Start of Given records

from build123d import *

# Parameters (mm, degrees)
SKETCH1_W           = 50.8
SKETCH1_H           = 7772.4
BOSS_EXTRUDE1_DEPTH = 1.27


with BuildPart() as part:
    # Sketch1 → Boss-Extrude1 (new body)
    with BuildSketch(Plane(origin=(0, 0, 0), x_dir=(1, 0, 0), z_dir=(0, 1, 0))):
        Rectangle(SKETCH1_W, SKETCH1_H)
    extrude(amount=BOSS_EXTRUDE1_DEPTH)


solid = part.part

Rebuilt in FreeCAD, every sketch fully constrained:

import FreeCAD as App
import Part
import Sketcher
from FreeCAD import Vector
Q = App.Units.Quantity

doc = App.newDocument("Part")
body = doc.addObject("PartDesign::Body", "Body")

# Sketch on XZ plane
sketch1 = doc.addObject("Sketcher::SketchObject", "Sketch")
body.addObject(sketch1)
sketch1.AttachmentSupport = (doc.XZ_Plane, [""])
sketch1.MapMode = "FlatFace"
sketch1.addGeometry(Part.LineSegment(Vector(-25, -3886, 0), Vector(-25, 3886, 0)), False)
sketch1.addGeometry(Part.LineSegment(Vector(-25, 3886, 0), Vector(25, 3886, 0)), False)
sketch1.addGeometry(Part.LineSegment(Vector(25, 3886, 0), Vector(25, -3886, 0)), False)
sketch1.addGeometry(Part.LineSegment(Vector(25, -3886, 0), Vector(-25, -3886, 0)), False)
sketch1.addConstraint(Sketcher.Constraint("Coincident", 0, 2, 1, 1))
sketch1.addConstraint(Sketcher.Constraint("Coincident", 1, 2, 2, 1))
sketch1.addConstraint(Sketcher.Constraint("Coincident", 2, 2, 3, 1))
sketch1.addConstraint(Sketcher.Constraint("Coincident", 3, 2, 0, 1))
sketch1.addConstraint(Sketcher.Constraint("Vertical", 0))
sketch1.addConstraint(Sketcher.Constraint("Horizontal", 1))
sketch1.addConstraint(Sketcher.Constraint("Vertical", 2))
sketch1.addConstraint(Sketcher.Constraint("Horizontal", 3))
sketch1.addConstraint(Sketcher.Constraint("Symmetric", 0, 2, 2, 2, -1, 1))
sketch1.addConstraint(Sketcher.Constraint("DistanceX", 1, 1, 1, 2, Q("2 in")))
sketch1.addConstraint(Sketcher.Constraint("DistanceY", 0, 1, 0, 2, Q("306 in")))
pad1 = doc.addObject("PartDesign::Pad", "Pad")
body.addObject(pad1)
pad1.Profile = sketch1
pad1.Length = Q("0.05 in")
pad1.Reversed = True

doc.recompute()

End of Given records

Task details: There is a run of lines above from the one with "solid = part.part" to the one with "Rebuilt in FreeCAD, every"; print exactly that run, both ends included, and nothing else.

Answer to this exercise:
solid = part.part

Rebuilt in FreeCAD, every sketch fully constrained:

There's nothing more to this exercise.